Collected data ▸
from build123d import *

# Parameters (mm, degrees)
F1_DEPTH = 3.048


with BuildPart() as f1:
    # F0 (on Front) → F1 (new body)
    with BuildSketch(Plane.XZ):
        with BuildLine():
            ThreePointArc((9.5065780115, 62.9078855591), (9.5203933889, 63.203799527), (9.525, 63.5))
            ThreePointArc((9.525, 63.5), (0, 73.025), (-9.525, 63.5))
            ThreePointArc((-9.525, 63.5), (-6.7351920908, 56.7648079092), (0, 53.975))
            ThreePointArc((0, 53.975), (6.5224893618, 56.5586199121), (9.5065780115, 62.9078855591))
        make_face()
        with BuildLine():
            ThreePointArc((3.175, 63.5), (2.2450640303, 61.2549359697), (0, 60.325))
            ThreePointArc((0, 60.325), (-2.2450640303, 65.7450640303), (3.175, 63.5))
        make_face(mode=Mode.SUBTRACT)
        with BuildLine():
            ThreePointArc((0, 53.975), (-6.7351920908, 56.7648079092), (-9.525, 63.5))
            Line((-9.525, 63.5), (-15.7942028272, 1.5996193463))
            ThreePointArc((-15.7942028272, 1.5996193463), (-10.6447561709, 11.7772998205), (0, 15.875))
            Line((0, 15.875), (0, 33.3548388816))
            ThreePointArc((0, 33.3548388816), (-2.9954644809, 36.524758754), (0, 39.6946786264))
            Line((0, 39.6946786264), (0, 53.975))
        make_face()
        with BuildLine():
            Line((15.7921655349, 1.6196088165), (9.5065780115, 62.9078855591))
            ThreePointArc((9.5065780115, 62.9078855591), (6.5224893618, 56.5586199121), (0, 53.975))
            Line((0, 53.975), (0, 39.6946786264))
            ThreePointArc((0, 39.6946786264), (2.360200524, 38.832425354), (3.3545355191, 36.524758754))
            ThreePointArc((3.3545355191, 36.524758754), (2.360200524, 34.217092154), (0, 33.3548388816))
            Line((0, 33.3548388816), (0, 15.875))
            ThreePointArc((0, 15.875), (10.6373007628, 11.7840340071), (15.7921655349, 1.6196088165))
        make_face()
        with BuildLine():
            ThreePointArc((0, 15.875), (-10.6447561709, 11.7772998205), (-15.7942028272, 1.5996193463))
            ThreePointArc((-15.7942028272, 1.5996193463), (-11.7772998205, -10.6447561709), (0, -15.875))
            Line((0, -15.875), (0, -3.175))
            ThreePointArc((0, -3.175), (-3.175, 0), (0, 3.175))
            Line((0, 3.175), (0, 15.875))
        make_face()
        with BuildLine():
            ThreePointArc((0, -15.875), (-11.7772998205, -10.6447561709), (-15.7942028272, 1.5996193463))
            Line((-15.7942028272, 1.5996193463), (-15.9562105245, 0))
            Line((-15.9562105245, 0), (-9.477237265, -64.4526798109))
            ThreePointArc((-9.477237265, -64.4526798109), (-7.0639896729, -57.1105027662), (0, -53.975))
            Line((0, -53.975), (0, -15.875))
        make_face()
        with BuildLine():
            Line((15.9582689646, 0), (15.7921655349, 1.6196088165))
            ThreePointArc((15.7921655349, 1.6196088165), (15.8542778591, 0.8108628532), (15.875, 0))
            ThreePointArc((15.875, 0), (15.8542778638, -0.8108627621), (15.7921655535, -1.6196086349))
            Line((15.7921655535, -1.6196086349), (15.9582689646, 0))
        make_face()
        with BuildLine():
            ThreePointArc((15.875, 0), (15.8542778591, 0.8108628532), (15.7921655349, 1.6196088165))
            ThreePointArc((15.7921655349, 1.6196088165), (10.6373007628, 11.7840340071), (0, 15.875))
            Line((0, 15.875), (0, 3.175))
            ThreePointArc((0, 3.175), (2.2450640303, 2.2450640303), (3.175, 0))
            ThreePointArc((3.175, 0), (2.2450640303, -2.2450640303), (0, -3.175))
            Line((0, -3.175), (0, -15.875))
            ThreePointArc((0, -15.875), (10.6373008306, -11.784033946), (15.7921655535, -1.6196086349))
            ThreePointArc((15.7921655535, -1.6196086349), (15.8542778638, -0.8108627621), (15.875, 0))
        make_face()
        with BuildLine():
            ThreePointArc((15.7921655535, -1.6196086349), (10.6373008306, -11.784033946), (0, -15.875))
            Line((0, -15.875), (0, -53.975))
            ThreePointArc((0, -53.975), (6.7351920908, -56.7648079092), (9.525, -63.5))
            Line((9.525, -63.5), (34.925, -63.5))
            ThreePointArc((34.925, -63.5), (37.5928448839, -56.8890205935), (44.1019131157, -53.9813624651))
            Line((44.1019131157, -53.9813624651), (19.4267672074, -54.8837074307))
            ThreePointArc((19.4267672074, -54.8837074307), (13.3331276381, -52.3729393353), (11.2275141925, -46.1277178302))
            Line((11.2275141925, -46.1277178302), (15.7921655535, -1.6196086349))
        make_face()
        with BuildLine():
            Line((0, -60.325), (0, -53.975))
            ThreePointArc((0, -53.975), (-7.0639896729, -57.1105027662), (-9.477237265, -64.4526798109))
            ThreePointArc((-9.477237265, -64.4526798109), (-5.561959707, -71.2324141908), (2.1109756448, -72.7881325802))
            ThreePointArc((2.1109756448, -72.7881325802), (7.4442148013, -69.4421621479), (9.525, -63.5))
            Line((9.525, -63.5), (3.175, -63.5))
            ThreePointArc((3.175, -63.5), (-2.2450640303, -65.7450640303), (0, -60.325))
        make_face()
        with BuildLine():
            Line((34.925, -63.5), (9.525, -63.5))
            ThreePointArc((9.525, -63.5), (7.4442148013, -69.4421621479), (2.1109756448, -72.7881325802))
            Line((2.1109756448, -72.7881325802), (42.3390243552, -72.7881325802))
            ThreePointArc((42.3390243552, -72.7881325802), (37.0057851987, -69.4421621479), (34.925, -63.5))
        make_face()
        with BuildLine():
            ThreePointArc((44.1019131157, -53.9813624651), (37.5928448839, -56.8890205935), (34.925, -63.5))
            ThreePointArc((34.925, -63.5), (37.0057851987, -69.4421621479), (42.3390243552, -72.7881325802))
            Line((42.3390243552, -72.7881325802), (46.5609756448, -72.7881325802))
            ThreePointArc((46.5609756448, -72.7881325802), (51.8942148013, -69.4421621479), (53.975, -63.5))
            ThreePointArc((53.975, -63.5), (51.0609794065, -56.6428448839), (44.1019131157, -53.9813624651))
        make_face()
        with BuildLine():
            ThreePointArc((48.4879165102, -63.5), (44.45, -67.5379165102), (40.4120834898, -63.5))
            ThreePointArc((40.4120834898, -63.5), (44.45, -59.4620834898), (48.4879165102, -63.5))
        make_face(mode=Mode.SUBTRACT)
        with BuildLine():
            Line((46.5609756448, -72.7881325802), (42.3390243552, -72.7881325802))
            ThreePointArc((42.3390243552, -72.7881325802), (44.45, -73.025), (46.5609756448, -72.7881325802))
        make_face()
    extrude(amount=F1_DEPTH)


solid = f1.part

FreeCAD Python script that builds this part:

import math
import FreeCAD as App
import Part
import Sketcher

V = App.Vector
Q = App.Units.Quantity

doc = App.newDocument("Part")
body = doc.addObject("PartDesign::Body", "Body")

# Sketch on XZ plane
sketch1 = doc.addObject("Sketcher::SketchObject", "Sketch")
body.addObject(sketch1)
sketch1.AttachmentSupport = (doc.XZ_Plane, [""])
sketch1.MapMode = "FlatFace"
sketch1.addGeometry([
    Part.LineSegment(V(-16, 0, 0), V(-9.5, -64.5, 0)),  # 0
    Part.ArcOfCircle(Part.Circle(V(0, -63.5, 0), V(0, 0, 1), 9.5), math.radians(-174), math.radians(-77)),  # 1
    Part.LineSegment(V(2.1, -72.8, 0), V(42.3, -72.8, 0)),  # 2
    Part.ArcOfCircle(Part.Circle(V(44.5, -63.5, 0), V(0, 0, 1), 9.5), math.radians(-103), math.radians(-77)),  # 3
    Part.ArcOfCircle(Part.Circle(V(44.5, -63.5, 0), V(0, 0, 1), 9.5), math.radians(-77), math.radians(0)),  # 4
    Part.ArcOfCircle(Part.Circle(V(44.5, -63.5, 0), V(0, 0, 1), 9.5), math.radians(0), math.radians(92)),  # 5
    Part.LineSegment(V(44.1, -54, 0), V(19.4, -54.9, 0)),  # 6
    Part.ArcOfCircle(Part.Circle(V(19.1, -46.9, 0), V(0, 0, 1), 8), math.radians(174), math.radians(272)),  # 7
    Part.LineSegment(V(11.2, -46.1, 0), V(15.8, -1.6, 0)),  # 8
    Part.LineSegment(V(15.8, -1.6, 0), V(16, 0, 0)),  # 9
    Part.LineSegment(V(16, 0, 0), V(15.8, 1.6, 0)),  # 10
    Part.LineSegment(V(15.8, 1.6, 0), V(9.5, 62.9, 0)),  # 11
    Part.ArcOfCircle(Part.Circle(V(0, 63.5, 0), V(0, 0, 1), 9.5), math.radians(-3.56), math.radians(0)),  # 12
    Part.ArcOfCircle(Part.Circle(V(0, 63.5, 0), V(0, 0, 1), 9.5), math.radians(0), math.radians(180)),  # 13
    Part.LineSegment(V(-9.5, 63.5, 0), V(-15.8, 1.6, 0)),  # 14
    Part.LineSegment(V(-15.8, 1.6, 0), V(-16, 0, 0)),  # 15
    Part.ArcOfCircle(Part.Circle(V(0.2, 36.5, 0), V(0, 0, 1), 3.2), math.radians(-93), math.radians(0)),  # 16
    Part.ArcOfCircle(Part.Circle(V(0.2, 36.5, 0), V(0, 0, 1), 3.2), math.radians(93), math.radians(267)),  # 17
    Part.ArcOfCircle(Part.Circle(V(0.2, 36.5, 0), V(0, 0, 1), 3.2), math.radians(0), math.radians(93)),  # 18
    Part.ArcOfCircle(Part.Circle(V(0, -63.5, 0), V(0, 0, 1), 9.5), math.radians(0), math.radians(90)),  # 19
    Part.LineSegment(V(9.5, -63.5, 0), V(3.2, -63.5, 0)),  # 20
    Part.ArcOfCircle(Part.Circle(V(0, -63.5, 0), V(0, 0, 1), 3.2), math.radians(90), math.radians(360)),  # 21
    Part.LineSegment(V(0, -60.3, 0), V(0, -54, 0)),  # 22
    Part.Circle(V(44.5, -63.5, 0), V(0, 0, 1), 4),  # 23
    Part.ArcOfCircle(Part.Circle(V(0, 0, 0), V(0, 0, 1), 3.2), math.radians(90), math.radians(270)),  # 24
    Part.ArcOfCircle(Part.Circle(V(0, 0, 0), V(0, 0, 1), 3.2), math.radians(0), math.radians(90)),  # 25
    Part.ArcOfCircle(Part.Circle(V(0, 0, 0), V(0, 0, 1), 3.2), math.radians(-90), math.radians(0)),  # 26
    Part.ArcOfCircle(Part.Circle(V(0, 63.5, 0), V(0, 0, 1), 3.2), math.radians(0), math.radians(270)),  # 27
    Part.ArcOfCircle(Part.Circle(V(0, 63.5, 0), V(0, 0, 1), 3.2), math.radians(-90), math.radians(0)),  # 28
], False)
sketch1.addConstraint([
    Sketcher.Constraint("Tangent", 0, 2, 1, 1),
    Sketcher.Constraint("Coincident", 1, 2, 2, 1),
    Sketcher.Constraint("Coincident", 2, 2, 3, 1),
    Sketcher.Constraint("Tangent", 3, 2, 4, 1),
    Sketcher.Constraint("Tangent", 4, 2, 5, 1),
    Sketcher.Constraint("Tangent", 5, 2, 6, 1),
    Sketcher.Constraint("Tangent", 6, 2, 7, 2),
    Sketcher.Constraint("Tangent", 7, 1, 8, 1),
    Sketcher.Constraint("Coincident", 8, 2, 9, 1),
    Sketcher.Constraint("Coincident", 9, 2, 10, 1),
    Sketcher.Constraint("Coincident", 10, 2, 11, 1),
    Sketcher.Constraint("Coincident", 11, 2, 12, 1),
    Sketcher.Constraint("Tangent", 12, 2, 13, 1),
    Sketcher.Constraint("Coincident", 13, 2, 14, 1),
    Sketcher.Constraint("Coincident", 14, 2, 15, 1),
    Sketcher.Constraint("Coincident", 15, 2, 0, 1),
    Sketcher.Constraint("Tangent", 16, 1, 17, 2),
    Sketcher.Constraint("Tangent", 17, 1, 18, 2),
    Sketcher.Constraint("Tangent", 18, 1, 16, 2),
    Sketcher.Constraint("Coincident", 19, 1, 20, 1),
    Sketcher.Constraint("Coincident", 20, 2, 21, 2),
    Sketcher.Constraint("Coincident", 21, 1, 22, 1),
    Sketcher.Constraint("Coincident", 22, 2, 19, 2),
    Sketcher.Constraint("Tangent", 24, 1, 25, 2),
    Sketcher.Constraint("Tangent", 25, 1, 26, 2),
    Sketcher.Constraint("Tangent", 26, 1, 24, 2),
    Sketcher.Constraint("Tangent", 27, 1, 28, 2),
    Sketcher.Constraint("Coincident", 28, 1, 27, 2),
    Sketcher.Constraint("Horizontal", 2),
    Sketcher.Constraint("Horizontal", 20),
    Sketcher.Constraint("Vertical", 22),
    Sketcher.Constraint("Coincident", 24, 3, -1, 1),
    Sketcher.Constraint("Coincident", 5, 3, 3, 3),
    Sketcher.Constraint("Coincident", 19, 3, 1, 3),
    Sketcher.Constraint("Coincident", 21, 3, 1, 3),
    Sketcher.Constraint("Coincident", 23, 3, 3, 3),
    Sketcher.Constraint("Coincident", 27, 3, 12, 3),
    Sketcher.Constraint("Equal", 1, 3),
    Sketcher.Constraint("Equal", 5, 12),
    Sketcher.Constraint("Equal", 12, 13),
    Sketcher.Constraint("Equal", 13, 19),
    Sketcher.Constraint("Equal", 18, 21),
    Sketcher.Constraint("Equal", 21, 24),
    Sketcher.Constraint("Equal", 26, 27),
    Sketcher.Constraint("Symmetric", 1, 3, 12, 3, -1, 1),
    Sketcher.Constraint("Symmetric", 12, 2, 13, 2, -2),
    Sketcher.Constraint("Symmetric", 8, 2, 10, 2, -1),
    Sketcher.Constraint("PointOnObject", 9, 2, -1),
    Sketcher.Constraint("PointOnObject", 15, 2, -1),
    Sketcher.Constraint("PointOnObject", 16, 1, -2),
    Sketcher.Constraint("PointOnObject", 17, 1, -2),
    Sketcher.Constraint("PointOnObject", 21, 1, -2),
    Sketcher.Constraint("PointOnObject", 24, 1, -2),
    Sketcher.Constraint("PointOnObject", 25, 1, -1),
    Sketcher.Constraint("PointOnObject", 26, 1, -2),
    Sketcher.Constraint("PointOnObject", 28, 1, -2),
    Sketcher.Constraint("Parallel", 8, 9),
    Sketcher.Constraint("Parallel", 10, 11),
    Sketcher.Constraint("Parallel", 14, 15),
    Sketcher.Constraint("Horizontal", 1, 3, 3, 3),
    Sketcher.Constraint("Horizontal", 2, 2, 3, 2),
    Sketcher.Constraint("Horizontal", 23, 3, 4, 2),
    Sketcher.Constraint("Horizontal", 28, 3, 12, 2),
    Sketcher.Constraint("Horizontal", 17, 3, 18, 1),
    Sketcher.Constraint("Horizontal", 4, 2, 19, 1),
    Sketcher.Constraint("Horizontal", 13, 2, 27, 1),
    Sketcher.Constraint("Radius", 1, Q("0.375 in")),
    Sketcher.Constraint("Radius", 7, Q("0.313 in")),
    Sketcher.Constraint("Radius", 16, Q("0.125 in")),
    Sketcher.Constraint("DistanceY", 1, 3, 12, 3, Q("5 in")),
    Sketcher.Constraint("DistanceX", -1, 1, 3, 3, Q("1.75 in")),
    Sketcher.Constraint("Diameter", 23, 8.075833),
    Sketcher.Constraint("DistanceY", 16, 1, 16, 3, Q("0.1248 in")),
    Sketcher.Constraint("DistanceX", 2, 1, 2, 2, 40.228049),
    Sketcher.Constraint("DistanceY", 7, 3, 7, 1, 0.8111),
    Sketcher.Constraint("Distance", 6, 24.691639),
    Sketcher.Constraint("Distance", 11, 61.609751),
    Sketcher.Constraint("Distance", 14, 62.21704),
    Sketcher.Constraint("DistanceX", -1, 1, 7, 3, 19.136231),
    Sketcher.Constraint("DistanceY", -1, 1, 16, 3, 36.524759),
    Sketcher.Constraint("DistanceY", 0, 2, -1, 1, 64.45268),
])
pad1 = doc.addObject("PartDesign::Pad", "Pad")
body.addObject(pad1)
pad1.Profile = sketch1
pad1.Length = Q("0.12 in")

doc.recompute()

EXERCISE BRIEF ▸
The line containing "11.7772998205), (-15.7942028272, 1.5996193463))" marks the end. Please print exactly every line from the top of the data to it, both included, and nothing more.

ANSWER BOX ▸
from build123d import *

# Parameters (mm, degrees)
F1_DEPTH = 3.048


with BuildPart() as f1:
    # F0 (on Front) → F1 (new body)
    with BuildSketch(Plane.XZ):
        with BuildLine():
            ThreePointArc((9.5065780115, 62.9078855591), (9.5203933889, 63.203799527), (9.525, 63.5))
            ThreePointArc((9.525, 63.5), (0, 73.025), (-9.525, 63.5))
            ThreePointArc((-9.525, 63.5), (-6.7351920908, 56.7648079092), (0, 53.975))
            ThreePointArc((0, 53.975), (6.5224893618, 56.5586199121), (9.5065780115, 62.9078855591))
        make_face()
        with BuildLine():
            ThreePointArc((3.175, 63.5), (2.2450640303, 61.2549359697), (0, 60.325))
            ThreePointArc((0, 60.325), (-2.2450640303, 65.7450640303), (3.175, 63.5))
        make_face(mode=Mode.SUBTRACT)
        with BuildLine():
            ThreePointArc((0, 53.975), (-6.7351920908, 56.7648079092), (-9.525, 63.5))
            Line((-9.525, 63.5), (-15.7942028272, 1.5996193463))
            ThreePointArc((-15.7942028272, 1.5996193463), (-10.6447561709, 11.7772998205), (0, 15.875))
            Line((0, 15.875), (0, 33.3548388816))
            ThreePointArc((0, 33.3548388816), (-2.9954644809, 36.524758754), (0, 39.6946786264))
            Line((0, 39.6946786264), (0, 53.975))
        make_face()
        with BuildLine():
            Line((15.7921655349, 1.6196088165), (9.5065780115, 62.9078855591))
            ThreePointArc((9.5065780115, 62.9078855591), (6.5224893618, 56.5586199121), (0, 53.975))
            Line((0, 53.975), (0, 39.6946786264))
            ThreePointArc((0, 39.6946786264), (2.360200524, 38.832425354), (3.3545355191, 36.524758754))
            ThreePointArc((3.3545355191, 36.524758754), (2.360200524, 34.217092154), (0, 33.3548388816))
            Line((0, 33.3548388816), (0, 15.875))
            ThreePointArc((0, 15.875), (10.6373007628, 11.7840340071), (15.7921655349, 1.6196088165))
        make_face()
        with BuildLine():
            ThreePointArc((0, 15.875), (-10.6447561709, 11.7772998205), (-15.7942028272, 1.5996193463))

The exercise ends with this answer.